NHS specifically stated that they wanted to unplug the child. So yes, they do wanted to cut him off - literally cut him off from the health services that sustained his life. Their delay in dragging his case out ensured that he had no chance to get alternative treatment within the window needed to be effective. I do not understand the rationale of fighting against the parents when the NHS would not have been impacted in any way by the parents taking little Charlie to the US for treatment. It made no sense to fight against that. It's as if they were trying to prove a point by ensuring his death.

I sure hope the US never gets a single payer government run system like this that rations care to those it deems deserving. Let the patients and doctors decide - not a government paper pusher.

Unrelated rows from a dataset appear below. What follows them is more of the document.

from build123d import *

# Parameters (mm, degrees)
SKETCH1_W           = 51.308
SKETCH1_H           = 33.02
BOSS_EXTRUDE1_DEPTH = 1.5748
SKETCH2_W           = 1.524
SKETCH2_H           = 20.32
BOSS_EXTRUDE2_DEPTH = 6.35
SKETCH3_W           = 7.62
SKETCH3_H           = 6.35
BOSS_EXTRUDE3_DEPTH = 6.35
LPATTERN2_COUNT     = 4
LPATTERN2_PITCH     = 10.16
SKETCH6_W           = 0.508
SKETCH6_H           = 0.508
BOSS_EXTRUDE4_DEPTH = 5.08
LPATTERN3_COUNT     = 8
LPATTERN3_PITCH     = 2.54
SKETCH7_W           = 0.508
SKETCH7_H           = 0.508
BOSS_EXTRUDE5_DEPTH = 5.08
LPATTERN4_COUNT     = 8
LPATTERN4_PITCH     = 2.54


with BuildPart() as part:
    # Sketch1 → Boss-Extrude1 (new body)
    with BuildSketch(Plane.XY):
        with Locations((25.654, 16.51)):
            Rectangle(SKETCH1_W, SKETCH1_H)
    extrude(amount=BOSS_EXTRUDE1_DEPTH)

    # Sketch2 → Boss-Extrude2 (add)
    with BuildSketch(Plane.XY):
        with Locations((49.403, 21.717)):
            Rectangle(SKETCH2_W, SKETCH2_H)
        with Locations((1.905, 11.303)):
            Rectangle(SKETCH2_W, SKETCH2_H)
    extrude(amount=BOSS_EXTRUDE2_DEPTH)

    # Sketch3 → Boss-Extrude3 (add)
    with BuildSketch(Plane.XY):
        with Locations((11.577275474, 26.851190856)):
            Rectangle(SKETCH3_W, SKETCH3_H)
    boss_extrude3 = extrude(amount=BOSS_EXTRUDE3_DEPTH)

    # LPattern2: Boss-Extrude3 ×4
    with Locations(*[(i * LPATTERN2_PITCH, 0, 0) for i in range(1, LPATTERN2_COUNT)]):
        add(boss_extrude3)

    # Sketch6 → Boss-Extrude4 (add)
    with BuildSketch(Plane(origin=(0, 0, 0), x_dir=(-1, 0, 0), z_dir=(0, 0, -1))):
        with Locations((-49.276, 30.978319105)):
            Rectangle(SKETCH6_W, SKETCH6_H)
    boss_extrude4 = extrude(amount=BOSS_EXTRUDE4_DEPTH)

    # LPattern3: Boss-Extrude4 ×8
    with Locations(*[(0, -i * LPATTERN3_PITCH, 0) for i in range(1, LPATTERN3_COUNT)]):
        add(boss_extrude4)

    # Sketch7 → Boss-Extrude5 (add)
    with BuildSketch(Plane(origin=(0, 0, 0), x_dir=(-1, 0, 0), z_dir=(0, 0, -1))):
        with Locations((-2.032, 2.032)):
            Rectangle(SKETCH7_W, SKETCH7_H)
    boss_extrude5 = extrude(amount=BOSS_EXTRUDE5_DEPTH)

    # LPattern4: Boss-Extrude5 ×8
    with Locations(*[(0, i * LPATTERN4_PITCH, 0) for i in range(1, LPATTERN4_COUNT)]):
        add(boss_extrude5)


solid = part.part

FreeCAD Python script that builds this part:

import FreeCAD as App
import Part
import Sketcher
from FreeCAD import Vector
Q = App.Units.Quantity


def add_polygon(sketch, points):
    """Adds a closed chain of lines whose ends are joined by coincident constraints."""
    first, n = sketch.GeometryCount, len(points)
    for a, b in zip(points, points[1:] + points[:1]):
        sketch.addGeometry(Part.LineSegment(App.Vector(*a, 0), App.Vector(*b, 0)), False)
    for i in range(n):
        sketch.addConstraint(Sketcher.Constraint("Coincident", first + i, 2, first + (i + 1) % n, 1))

doc = App.newDocument("Part")
params = doc.addObject("Spreadsheet::Sheet", "Params")
for row, (alias, value) in enumerate([
    ("sketch1_height", "1.3 in"),
    ("sketch1_width", "2.02 in"),
    ("pad1_length", "0.062 in"),
    ("sketch2_height", "0.8 in"),
    ("sketch2_width", "0.06 in"),
    ("pad2_length", "0.25 in"),
    ("sketch3_width", "0.3 in"),
    ("sketch3_height", "0.25 in"),
    ("pad3_length", "0.25 in"),
    ("linearpattern_pitch", "0.4 in"),
    ("sketch4_width", "0.02 in"),
    ("pad4_length", "0.2 in"),
    ("linearpattern2_pitch", "0.1 in"),
    ("sketch5_width", "0.02 in"),
    ("pad5_length", "0.2 in"),
    ("linearpattern3_pitch", "0.1 in"),
], start=1):
    params.set(f"A{row}", alias)
    params.set(f"B{row}", "=" + value)
    params.setAlias(f"B{row}", alias)

body = doc.addObject("PartDesign::Body", "Body")

# Sketch on XY plane
sketch1 = body.newObject("Sketcher::SketchObject", "Sketch")
sketch1.AttachmentSupport = (doc.getObject("XY_Plane"), [""])
sketch1.MapMode = "FlatFace"
add_polygon(sketch1, [(0, 33), (0, 0), (51, 0), (51, 33)])  # lines 0-3
sketch1.addConstraint([
    Sketcher.Constraint("Vertical", 0),
    Sketcher.Constraint("Horizontal", 1),
    Sketcher.Constraint("Vertical", 2),
    Sketcher.Constraint("Horizontal", 3),
    Sketcher.Constraint("Coincident", 0, 2, -1, 1),
    Sketcher.Constraint("DistanceY", 0, 2, 0, 1, Q("1.3 in")),
    Sketcher.Constraint("DistanceX", 1, 1, 1, 2, Q("2.02 in")),
])
sketch1.setExpression("Constraints[9]", "Params.sketch1_height")
sketch1.setExpression("Constraints[10]", "Params.sketch1_width")
pad1 = body.newObject("PartDesign::Pad", "Pad")
pad1.Profile = sketch1
pad1.setExpression("Length", "Params.pad1_length")

# Sketch on XY plane
sketch2 = body.newObject("Sketcher::SketchObject", "Sketch001")
sketch2.AttachmentSupport = (doc.getObject("XY_Plane"), [""])
sketch2.MapMode = "FlatFace"
add_polygon(sketch2, [(48.6, 31.9), (48.6, 11.6), (50.2, 11.6), (50.2, 31.9)])  # lines 0-3
add_polygon(sketch2, [(1.1, 21.5), (1.1, 1.1), (2.7, 1.1), (2.7, 21.5)])  # lines 4-7
sketch2.addConstraint([
    Sketcher.Constraint("Vertical", 0),
    Sketcher.Constraint("Horizontal", 1),
    Sketcher.Constraint("Vertical", 2),
    Sketcher.Constraint("Horizontal", 3),
    Sketcher.Constraint("Vertical", 4),
    Sketcher.Constraint("Horizontal", 5),
    Sketcher.Constraint("Vertical", 6),
    Sketcher.Constraint("Horizontal", 7),
    Sketcher.Constraint("Equal", 3, 5),
    Sketcher.Constraint("Equal", 2, 4),
    Sketcher.Constraint("DistanceY", 0, 2, 0, 1, Q("0.8 in")),
    Sketcher.Constraint("DistanceX", 1, 1, 1, 2, Q("0.06 in")),
    Sketcher.Constraint("DistanceX", 4, 2, 0, 2, Q("1.87 in")),
    Sketcher.Constraint("DistanceY", 4, 2, 0, 2, Q("0.41 in")),
    Sketcher.Constraint("DistanceX", -1, 1, 0, 2, Q("1.915 in")),
    Sketcher.Constraint("DistanceY", -1, 1, 0, 2, Q("0.455 in")),
])
sketch2.setExpression("Constraints[18]", "Params.sketch2_height")
sketch2.setExpression("Constraints[19]", "Params.sketch2_width")
pad2 = body.newObject("PartDesign::Pad", "Pad001")
pad2.Profile = sketch2
pad2.setExpression("Length", "Params.pad2_length")

# Sketch on XY plane
sketch3 = body.newObject("Sketcher::SketchObject", "Sketch002")
sketch3.AttachmentSupport = (doc.getObject("XY_Plane"), [""])
sketch3.MapMode = "FlatFace"
add_polygon(sketch3, [(8, 30), (8, 24), (15, 24), (15, 30)])  # lines 0-3
sketch3.addConstraint([
    Sketcher.Constraint("Vertical", 0),
    Sketcher.Constraint("Horizontal", 1),
    Sketcher.Constraint("Vertical", 2),
    Sketcher.Constraint("Horizontal", 3),
    Sketcher.Constraint("DistanceX", 1, 1, 1, 2, Q("0.3 in")),
    Sketcher.Constraint("DistanceY", 0, 2, 0, 1, Q("0.25 in")),
    Sketcher.Constraint("DistanceY", -1, 1, 0, 2, Q("23.676191 mm")),
    Sketcher.Constraint("DistanceX", -1, 1, 0, 2, Q("7.767275 mm")),
])
sketch3.setExpression("Constraints[8]", "Params.sketch3_width")
sketch3.setExpression("Constraints[9]", "Params.sketch3_height")
pad3 = body.newObject("PartDesign::Pad", "Pad002")
pad3.Profile = sketch3
pad3.setExpression("Length", "Params.pad3_length")
doc.recompute()

linearpattern = body.newObject("PartDesign::LinearPattern", "LinearPattern")
linearpattern.Originals = [pad3]
linearpattern.Direction = (doc.getObject("X_Axis"), [""])
linearpattern.Mode = "offset"
linearpattern.setExpression("Offset", "Params.linearpattern_pitch")
linearpattern.Occurrences = 4
body.Tip = linearpattern

# Sketch on XY plane
sketch4 = body.newObject("Sketcher::SketchObject", "Sketch003")
sketch4.AttachmentSupport = (doc.getObject("XY_Plane"), [""])
sketch4.MapMode = "FlatFace"
add_polygon(sketch4, [(49.5, 31.2), (49.5, 30.7), (49, 30.7), (49, 31.2)])  # lines 0-3
sketch4.addConstraint([
    Sketcher.Constraint("Vertical", 0),
    Sketcher.Constraint("Horizontal", 1),
    Sketcher.Constraint("Vertical", 2),
    Sketcher.Constraint("Horizontal", 3),
    Sketcher.Constraint("Equal", 3, 0),
    Sketcher.Constraint("DistanceX", 1, 2, 1, 1, Q("0.02 in")),
    Sketcher.Constraint("DistanceX", -1, 1, 0, 2, Q("1.95 in")),
    Sketcher.Constraint("DistanceY", -1, 1, 0, 2, Q("30.724319 mm")),
])
sketch4.setExpression("Constraints[9]", "Params.sketch4_width")
pad4 = body.newObject("PartDesign::Pad", "Pad003")
pad4.Profile = sketch4
pad4.setExpression("Length", "Params.pad4_length")
pad4.Reversed = True
doc.recompute()

linearpattern2 = body.newObject("PartDesign::LinearPattern", "LinearPattern001")
linearpattern2.Originals = [pad4]
linearpattern2.Direction = (doc.getObject("Y_Axis"), [""])
linearpattern2.Mode = "offset"
linearpattern2.setExpression("Offset", "Params.linearpattern2_pitch")
linearpattern2.Occurrences = 8
linearpattern2.Reversed = True
body.Tip = linearpattern2

# Sketch on XY plane
sketch5 = body.newObject("Sketcher::SketchObject", "Sketch004")
sketch5.AttachmentSupport = (doc.getObject("XY_Plane"), [""])
sketch5.MapMode = "FlatFace"
add_polygon(sketch5, [(2.3, 2.3), (2.3, 1.8), (1.8, 1.8), (1.8, 2.3)])  # lines 0-3
sketch5.addConstraint([
    Sketcher.Constraint("Vertical", 0),
    Sketcher.Constraint("Horizontal", 1),
    Sketcher.Constraint("Vertical", 2),
    Sketcher.Constraint("Horizontal", 3),
    Sketcher.Constraint("Equal", 3, 0),
    Sketcher.Constraint("DistanceX", 1, 2, 1, 1, Q("0.02 in")),
    Sketcher.Constraint("DistanceX", -1, 1, 0, 2, Q("0.09 in")),
    Sketcher.Constraint("DistanceY", -1, 1, 0, 2, Q("0.07 in")),
])
sketch5.setExpression("Constraints[9]", "Params.sketch5_width")
pad5 = body.newObject("PartDesign::Pad", "Pad004")
pad5.Profile = sketch5
pad5.setExpression("Length", "Params.pad5_length")
pad5.Reversed = True
doc.recompute()

linearpattern3 = body.newObject("PartDesign::LinearPattern", "LinearPattern002")
linearpattern3.Originals = [pad5]
linearpattern3.Direction = (doc.getObject("Y_Axis"), [""])
linearpattern3.Mode = "offset"
linearpattern3.setExpression("Offset", "Params.linearpattern3_pitch")
linearpattern3.Occurrences = 8
body.Tip = linearpattern3

doc.recompute()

Wolfpack, the GOSH doctors decision to withdraw life support was a medical one, they didn't want the baby to suffer any more. There were no paperpushers in that decision and it wasn't made for financial reasons.

Leveraging the suffering of this baby to make a point against social healthcare is morally repugnant. The UK NHS is far more efficient, cheaper and has better outcomes for more people than the US insurance based system. It provides care on the basis of need not the ability to pay. And it does not run out.

Why not give the boy a chance? It doesn't affect anyone else to do so.

Because this experimental 'treatment' does not 'give Charlie a chance' - it simply prolongs his suffering. A 10% chance of 'improvement' (not a cure, mind) is a 90% chance of no improvement, i.e. continued suffering. According to the GOSH team, the treatment would leave Charlie in a 'condition of existence'. Not life. Existence.

Leveraging the suffering of this baby to make a point against social healthcare is morally repugnant.

Absolutely. Reading the view of posters who can only see things in terms of their own profit-based health services is quite an eye-opener. No wonder Obama and the Clintons has such a battle trying to help Americans. I assume the posters are sincere in their beliefs, but if this is really what they believe, then America has no chance of ever having a half-decent heath service.

Some of the people involved in making the decision have not even seen the child in person

Neither had the 'well respected and fully qualified neurologist' who wanted to experiment on him, until last week. And it would have been an experiment, not a 'new treatment'. Little Charlie would have been a guinea pig, nothing more.

I'm sorry he's going to die, and I feel for his poor parents; but he shouldn't have to go on suffering.